From: Peter Ruest (pruest@pop.mysunrise.ch)
Date: Thu Feb 13 2003 - 00:52:31 EST
Dear friends,
there has been quite some discussion recently about the origin of
biological information, which I greatly enjoyed (Don Winterstein, Jim
Armstrong, Blake Nelson, Robert Schneider, David Campbell,..). The
question was how evolution of complex biological systems can happen, and
whether God might be feeding in information, e.g. by selecting specific
outcomes from apparently random distributions of mutations (perhaps by
directing elementary events through specific "collapses" of
quantum-mechanical probability density functions), or whether he is
usually just watching what is happening "spontaneously" (apart from a
difficult-to-describe general providential "maintenance" and holding in
existence all that occurs), as his creation is fully functional.

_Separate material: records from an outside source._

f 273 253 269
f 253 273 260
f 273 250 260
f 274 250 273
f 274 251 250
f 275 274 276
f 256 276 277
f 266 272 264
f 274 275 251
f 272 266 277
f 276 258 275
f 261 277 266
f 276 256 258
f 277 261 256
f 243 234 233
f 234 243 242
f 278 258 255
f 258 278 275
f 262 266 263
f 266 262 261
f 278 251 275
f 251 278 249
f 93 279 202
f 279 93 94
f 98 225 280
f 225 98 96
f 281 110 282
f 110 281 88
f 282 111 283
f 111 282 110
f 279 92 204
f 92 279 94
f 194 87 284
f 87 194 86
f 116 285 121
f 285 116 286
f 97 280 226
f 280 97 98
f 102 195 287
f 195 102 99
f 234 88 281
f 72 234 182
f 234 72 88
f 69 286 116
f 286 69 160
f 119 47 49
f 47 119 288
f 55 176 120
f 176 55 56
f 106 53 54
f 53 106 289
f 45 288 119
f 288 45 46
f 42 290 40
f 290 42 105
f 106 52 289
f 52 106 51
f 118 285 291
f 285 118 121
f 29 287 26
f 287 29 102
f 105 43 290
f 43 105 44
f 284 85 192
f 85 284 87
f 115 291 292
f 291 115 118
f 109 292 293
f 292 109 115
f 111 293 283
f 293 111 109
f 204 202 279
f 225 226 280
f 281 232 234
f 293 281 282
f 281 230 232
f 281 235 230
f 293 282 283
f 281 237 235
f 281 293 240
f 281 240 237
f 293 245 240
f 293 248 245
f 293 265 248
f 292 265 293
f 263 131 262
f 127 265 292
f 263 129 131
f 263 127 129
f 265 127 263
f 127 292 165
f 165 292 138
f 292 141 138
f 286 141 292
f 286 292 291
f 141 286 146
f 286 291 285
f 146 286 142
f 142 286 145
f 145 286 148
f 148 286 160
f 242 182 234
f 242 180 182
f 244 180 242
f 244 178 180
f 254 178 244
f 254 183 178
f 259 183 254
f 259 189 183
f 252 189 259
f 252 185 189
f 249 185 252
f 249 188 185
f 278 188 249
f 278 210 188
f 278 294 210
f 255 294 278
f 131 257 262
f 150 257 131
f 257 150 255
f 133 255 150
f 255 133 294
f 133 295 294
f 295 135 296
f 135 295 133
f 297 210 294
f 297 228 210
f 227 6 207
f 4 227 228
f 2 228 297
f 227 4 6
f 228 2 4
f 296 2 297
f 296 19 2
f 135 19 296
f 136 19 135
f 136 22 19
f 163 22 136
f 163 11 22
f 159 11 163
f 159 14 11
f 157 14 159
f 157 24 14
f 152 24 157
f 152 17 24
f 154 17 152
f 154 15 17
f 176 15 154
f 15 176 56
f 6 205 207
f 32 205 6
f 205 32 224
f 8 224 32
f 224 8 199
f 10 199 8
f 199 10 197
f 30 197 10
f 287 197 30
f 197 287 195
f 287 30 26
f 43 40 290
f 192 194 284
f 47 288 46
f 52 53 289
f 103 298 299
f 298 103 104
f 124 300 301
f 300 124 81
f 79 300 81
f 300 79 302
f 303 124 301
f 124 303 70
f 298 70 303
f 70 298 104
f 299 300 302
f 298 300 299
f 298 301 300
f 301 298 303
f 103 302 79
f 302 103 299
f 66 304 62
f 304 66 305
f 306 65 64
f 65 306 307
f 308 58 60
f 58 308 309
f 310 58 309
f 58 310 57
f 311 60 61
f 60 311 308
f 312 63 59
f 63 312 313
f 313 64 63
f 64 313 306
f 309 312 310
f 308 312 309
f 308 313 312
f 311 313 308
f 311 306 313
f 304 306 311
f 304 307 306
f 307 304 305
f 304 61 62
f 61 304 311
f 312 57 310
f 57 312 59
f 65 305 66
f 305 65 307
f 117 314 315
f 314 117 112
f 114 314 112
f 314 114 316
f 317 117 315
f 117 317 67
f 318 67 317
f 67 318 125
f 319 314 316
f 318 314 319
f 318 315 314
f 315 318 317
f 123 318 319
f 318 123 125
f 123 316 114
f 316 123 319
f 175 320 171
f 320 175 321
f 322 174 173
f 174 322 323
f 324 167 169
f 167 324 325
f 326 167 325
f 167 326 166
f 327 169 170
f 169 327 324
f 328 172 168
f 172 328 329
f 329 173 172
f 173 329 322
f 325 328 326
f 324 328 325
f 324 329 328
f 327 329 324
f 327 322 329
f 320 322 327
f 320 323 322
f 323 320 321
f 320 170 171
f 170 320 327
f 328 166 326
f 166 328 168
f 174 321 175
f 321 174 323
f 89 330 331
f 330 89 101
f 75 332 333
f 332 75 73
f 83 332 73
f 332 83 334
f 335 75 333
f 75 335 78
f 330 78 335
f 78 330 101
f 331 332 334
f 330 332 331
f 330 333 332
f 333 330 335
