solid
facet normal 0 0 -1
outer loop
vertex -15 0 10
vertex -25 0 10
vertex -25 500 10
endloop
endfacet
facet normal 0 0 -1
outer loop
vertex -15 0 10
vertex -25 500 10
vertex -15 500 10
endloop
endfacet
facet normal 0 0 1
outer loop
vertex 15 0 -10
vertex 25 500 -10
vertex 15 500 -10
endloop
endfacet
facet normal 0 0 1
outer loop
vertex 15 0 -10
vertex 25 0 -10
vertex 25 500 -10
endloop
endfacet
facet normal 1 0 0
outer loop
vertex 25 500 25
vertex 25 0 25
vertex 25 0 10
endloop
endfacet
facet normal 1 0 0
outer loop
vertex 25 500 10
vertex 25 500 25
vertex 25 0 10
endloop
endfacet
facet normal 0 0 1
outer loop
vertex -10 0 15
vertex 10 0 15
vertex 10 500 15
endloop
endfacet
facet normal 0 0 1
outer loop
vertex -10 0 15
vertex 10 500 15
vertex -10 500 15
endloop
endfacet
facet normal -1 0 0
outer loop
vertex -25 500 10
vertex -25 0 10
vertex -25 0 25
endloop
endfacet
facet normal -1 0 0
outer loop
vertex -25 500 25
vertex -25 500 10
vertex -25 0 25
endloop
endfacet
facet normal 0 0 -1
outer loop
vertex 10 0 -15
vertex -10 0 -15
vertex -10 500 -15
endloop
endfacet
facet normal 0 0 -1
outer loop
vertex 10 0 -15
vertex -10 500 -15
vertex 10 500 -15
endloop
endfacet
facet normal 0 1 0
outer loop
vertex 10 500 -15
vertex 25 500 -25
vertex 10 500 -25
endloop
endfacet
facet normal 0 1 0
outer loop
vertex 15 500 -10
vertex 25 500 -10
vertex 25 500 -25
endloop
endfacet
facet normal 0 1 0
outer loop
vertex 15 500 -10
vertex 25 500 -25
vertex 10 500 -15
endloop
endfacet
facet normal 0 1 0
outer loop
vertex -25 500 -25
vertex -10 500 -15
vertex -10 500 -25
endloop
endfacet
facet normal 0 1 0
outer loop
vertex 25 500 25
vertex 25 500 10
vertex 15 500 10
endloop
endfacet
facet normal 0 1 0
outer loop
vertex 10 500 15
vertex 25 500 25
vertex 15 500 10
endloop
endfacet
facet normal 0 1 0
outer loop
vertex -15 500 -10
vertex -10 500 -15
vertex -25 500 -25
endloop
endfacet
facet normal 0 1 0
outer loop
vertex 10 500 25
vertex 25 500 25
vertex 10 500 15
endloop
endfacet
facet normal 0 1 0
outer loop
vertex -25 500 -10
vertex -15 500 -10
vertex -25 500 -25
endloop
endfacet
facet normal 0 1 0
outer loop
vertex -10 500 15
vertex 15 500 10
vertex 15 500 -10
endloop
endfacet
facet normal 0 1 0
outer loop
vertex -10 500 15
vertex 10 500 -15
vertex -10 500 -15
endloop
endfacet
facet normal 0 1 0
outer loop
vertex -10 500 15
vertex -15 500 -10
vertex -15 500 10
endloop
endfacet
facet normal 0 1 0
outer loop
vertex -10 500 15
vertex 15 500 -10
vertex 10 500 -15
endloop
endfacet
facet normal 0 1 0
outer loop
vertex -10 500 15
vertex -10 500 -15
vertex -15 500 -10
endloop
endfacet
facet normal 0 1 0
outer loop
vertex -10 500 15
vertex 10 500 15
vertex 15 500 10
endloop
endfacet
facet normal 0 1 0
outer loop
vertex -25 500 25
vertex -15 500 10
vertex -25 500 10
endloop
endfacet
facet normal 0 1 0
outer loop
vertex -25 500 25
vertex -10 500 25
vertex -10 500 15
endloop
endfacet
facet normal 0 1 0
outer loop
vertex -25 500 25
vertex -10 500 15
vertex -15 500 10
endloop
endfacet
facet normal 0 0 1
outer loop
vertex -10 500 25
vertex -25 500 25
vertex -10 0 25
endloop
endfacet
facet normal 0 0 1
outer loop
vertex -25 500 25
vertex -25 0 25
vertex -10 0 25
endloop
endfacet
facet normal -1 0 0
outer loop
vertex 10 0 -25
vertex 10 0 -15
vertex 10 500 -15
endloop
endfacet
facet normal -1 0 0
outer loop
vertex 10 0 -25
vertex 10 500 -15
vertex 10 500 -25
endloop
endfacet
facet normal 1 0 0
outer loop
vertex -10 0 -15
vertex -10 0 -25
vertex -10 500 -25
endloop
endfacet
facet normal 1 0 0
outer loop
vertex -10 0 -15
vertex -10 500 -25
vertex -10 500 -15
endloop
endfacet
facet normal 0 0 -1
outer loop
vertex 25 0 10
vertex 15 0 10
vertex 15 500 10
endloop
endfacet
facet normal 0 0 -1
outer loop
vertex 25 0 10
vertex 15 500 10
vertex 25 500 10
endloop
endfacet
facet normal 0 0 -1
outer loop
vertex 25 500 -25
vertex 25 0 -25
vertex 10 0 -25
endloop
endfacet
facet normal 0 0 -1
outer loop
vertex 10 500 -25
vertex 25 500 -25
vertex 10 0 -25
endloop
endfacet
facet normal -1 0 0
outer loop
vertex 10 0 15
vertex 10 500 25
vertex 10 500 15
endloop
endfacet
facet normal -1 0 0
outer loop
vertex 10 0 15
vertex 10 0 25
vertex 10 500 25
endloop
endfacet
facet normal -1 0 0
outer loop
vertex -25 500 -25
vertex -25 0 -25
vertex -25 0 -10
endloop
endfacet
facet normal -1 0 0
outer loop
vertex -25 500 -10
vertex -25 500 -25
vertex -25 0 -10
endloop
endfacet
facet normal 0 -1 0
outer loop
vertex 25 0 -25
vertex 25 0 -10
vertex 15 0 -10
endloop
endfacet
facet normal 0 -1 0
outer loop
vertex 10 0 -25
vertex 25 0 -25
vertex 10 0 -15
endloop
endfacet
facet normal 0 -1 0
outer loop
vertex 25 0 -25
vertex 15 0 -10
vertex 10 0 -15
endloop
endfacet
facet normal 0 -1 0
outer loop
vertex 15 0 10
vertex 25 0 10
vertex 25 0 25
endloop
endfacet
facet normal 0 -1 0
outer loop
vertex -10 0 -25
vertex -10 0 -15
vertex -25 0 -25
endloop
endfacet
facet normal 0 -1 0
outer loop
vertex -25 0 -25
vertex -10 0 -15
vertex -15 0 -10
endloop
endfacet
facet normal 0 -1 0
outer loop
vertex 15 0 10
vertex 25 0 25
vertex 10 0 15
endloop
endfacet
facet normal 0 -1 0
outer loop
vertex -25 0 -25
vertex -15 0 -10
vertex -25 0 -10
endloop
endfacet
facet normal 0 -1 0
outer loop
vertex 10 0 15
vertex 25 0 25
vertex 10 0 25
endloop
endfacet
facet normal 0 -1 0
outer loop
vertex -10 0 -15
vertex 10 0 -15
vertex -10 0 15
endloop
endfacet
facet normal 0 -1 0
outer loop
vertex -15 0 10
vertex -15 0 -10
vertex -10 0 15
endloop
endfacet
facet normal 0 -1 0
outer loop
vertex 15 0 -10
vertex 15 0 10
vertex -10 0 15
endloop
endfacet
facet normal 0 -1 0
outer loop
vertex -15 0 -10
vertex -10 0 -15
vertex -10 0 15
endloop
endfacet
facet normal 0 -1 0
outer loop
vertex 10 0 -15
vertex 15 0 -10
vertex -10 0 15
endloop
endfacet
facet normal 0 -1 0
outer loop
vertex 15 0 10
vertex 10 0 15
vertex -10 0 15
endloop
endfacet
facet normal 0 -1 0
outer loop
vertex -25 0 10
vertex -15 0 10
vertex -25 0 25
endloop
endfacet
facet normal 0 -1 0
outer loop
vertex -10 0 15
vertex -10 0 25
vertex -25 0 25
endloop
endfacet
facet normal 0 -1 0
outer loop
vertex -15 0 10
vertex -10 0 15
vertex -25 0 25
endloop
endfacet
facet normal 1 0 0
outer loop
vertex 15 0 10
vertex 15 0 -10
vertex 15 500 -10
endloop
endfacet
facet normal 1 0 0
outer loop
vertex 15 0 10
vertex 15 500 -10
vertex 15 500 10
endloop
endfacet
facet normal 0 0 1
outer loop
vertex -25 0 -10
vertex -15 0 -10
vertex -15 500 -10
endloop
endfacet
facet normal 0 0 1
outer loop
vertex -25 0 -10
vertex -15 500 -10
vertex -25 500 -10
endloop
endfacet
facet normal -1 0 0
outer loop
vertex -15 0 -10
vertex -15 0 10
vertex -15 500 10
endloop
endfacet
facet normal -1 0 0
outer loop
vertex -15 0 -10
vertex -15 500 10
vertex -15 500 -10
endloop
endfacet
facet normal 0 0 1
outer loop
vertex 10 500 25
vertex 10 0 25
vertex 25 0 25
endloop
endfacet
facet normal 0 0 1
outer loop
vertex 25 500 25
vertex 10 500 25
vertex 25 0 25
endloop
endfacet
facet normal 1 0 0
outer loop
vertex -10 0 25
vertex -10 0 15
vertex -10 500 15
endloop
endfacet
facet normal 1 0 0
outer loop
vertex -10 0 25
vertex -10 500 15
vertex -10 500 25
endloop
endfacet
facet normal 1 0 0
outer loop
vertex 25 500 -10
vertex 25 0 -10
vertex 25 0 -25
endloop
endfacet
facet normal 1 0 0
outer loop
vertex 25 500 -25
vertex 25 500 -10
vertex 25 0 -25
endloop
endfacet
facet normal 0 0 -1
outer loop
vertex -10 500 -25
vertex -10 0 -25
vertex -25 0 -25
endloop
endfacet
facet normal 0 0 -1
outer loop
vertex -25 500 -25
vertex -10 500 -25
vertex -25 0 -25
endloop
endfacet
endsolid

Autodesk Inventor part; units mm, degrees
ref_plane "YZ Plane" through (0, 0, 0) normal (1, 0, 0) x (0, 1, 0)
ref_plane "XZ Plane" through (0, 0, 0) normal (0, 1, 0) x (-1, 0, 0)
ref_plane "XY Plane" through (0, 0, 0) normal (0, 0, 1) x (1, 0, 0)
sketch "Szkic1" plane through (0, 0, 0) normal (0, 1, 0) x (-1, 0, 0)
  line L0 (-25, -25) -> (25, -25)
  line L1 (25, -25) -> (25, 25)
  line L2 (-25, 25) -> (-25, -25)
  line L3 (-25, -25) -> (25, 25) construction
  line L4 (25, -25) -> (-25, 25) construction
  line L5 (10, 25) -> (-10, 25)
  line L6 (-10, 25) -> (-10, 15)
  line L7 (-10, 15) -> (10, 15)
  line L8 (10, 15) -> (10, 25)
  line L9 (-15, -10) -> (-15, 10)
  line L10 (-15, 10) -> (-25, 10)
  line L11 (-25, -10) -> (-15, -10)
  line L12 (10, -15) -> (-10, -15)
  line L13 (-10, -15) -> (-10, -25)
  line L14 (10, -25) -> (10, -15)
  line L15 (15, 10) -> (15, -10)
  line L16 (15, -10) -> (25, -10)
  line L17 (25, 10) -> (15, 10)
  line L18 (25, 25) -> (10, 25)
  line L19 (-10, 25) -> (-25, 25)
  point P0 (0, 0)
  dimension "d0" = 50
  dimension "d1" = 50
  dimension "d3" = 10
  dimension "d7" = 360
extrude "Wyciągnięcie proste1" add sketch "Szkic1" along normal blind 500 contours L2 L11 L9 L10 L19 L6 L7 L8 L18 L1 L17 L15 L16 L0 L14 L12 L13
properties part number "wysiegnik2" material "Aluminium 6061"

I have argued for "God's hidden options" of, e.g., selecting critical
mutations from apparently random distributions: P. Rüst, "Creative
providence in biology", PSCF 53/3 (Sept. 2001), 179-183;
http://www.asa3.org/ASA/PSCF/2001/PSCF9-01Ruest.pdf; P. Rüst, "God's
Sovereignty in Creation - a reply to Howard Van Till", PSCF 54/3 (Sept.
2002), 216-217.
Now, I came across a very interesting paper by Denton M.J., Marshall
C.J., Legge M., "The protein folds as Platonic forms: new support for
the pre-darwinian conception of evolution by natural law", Journal of
Theoretical Biology 219 (2002), 325-342. It's the Mike Denton who wrote
the book, "Evolution, a Theory in Crisis". I met him in 1988 at the
Conference "Sources of Information Content in DNA" in Tacoma, WA. At
least at that time, he apparently was an agnostic. I haven't been in
contact with him since. Despite his severe criticism of the evolutionary
theory, he believed (and believes) that evolution is happening.
Now, Denton and his coworkers propose that, for the origin of life and
later, finding functional proteins should not be that difficult. The
number of different protein folds is estimated to be about 1000 (or at
most a few thousand). Despite the transastronomical size of protein
sequence space, many of the folds are found again and again, e.g. the
TIM (triosephosphate isomerase) barrel. Active sites of different
functionality are attached at various places to the basic barrel or
other scaffold. Denton and his coworkers propose that foldable protein
sequences must be relatively common in sequence space, possibly even
amounting to 1%, these folds being "determined by natural law, not
natural selection": they are "lawful forms". The authors confirm that
"selection must have a detectable proto-function to start with...
_before_ selection begins there must be at least some sort of stable
scaffold on which a function can be hung." But they suggest that because
the association of many proteins with their prosthetic groups is
basically spontaneous, "this raises the possibility that many protein
functions may also have been generated deterministically in the
protocell without the necessity for selection."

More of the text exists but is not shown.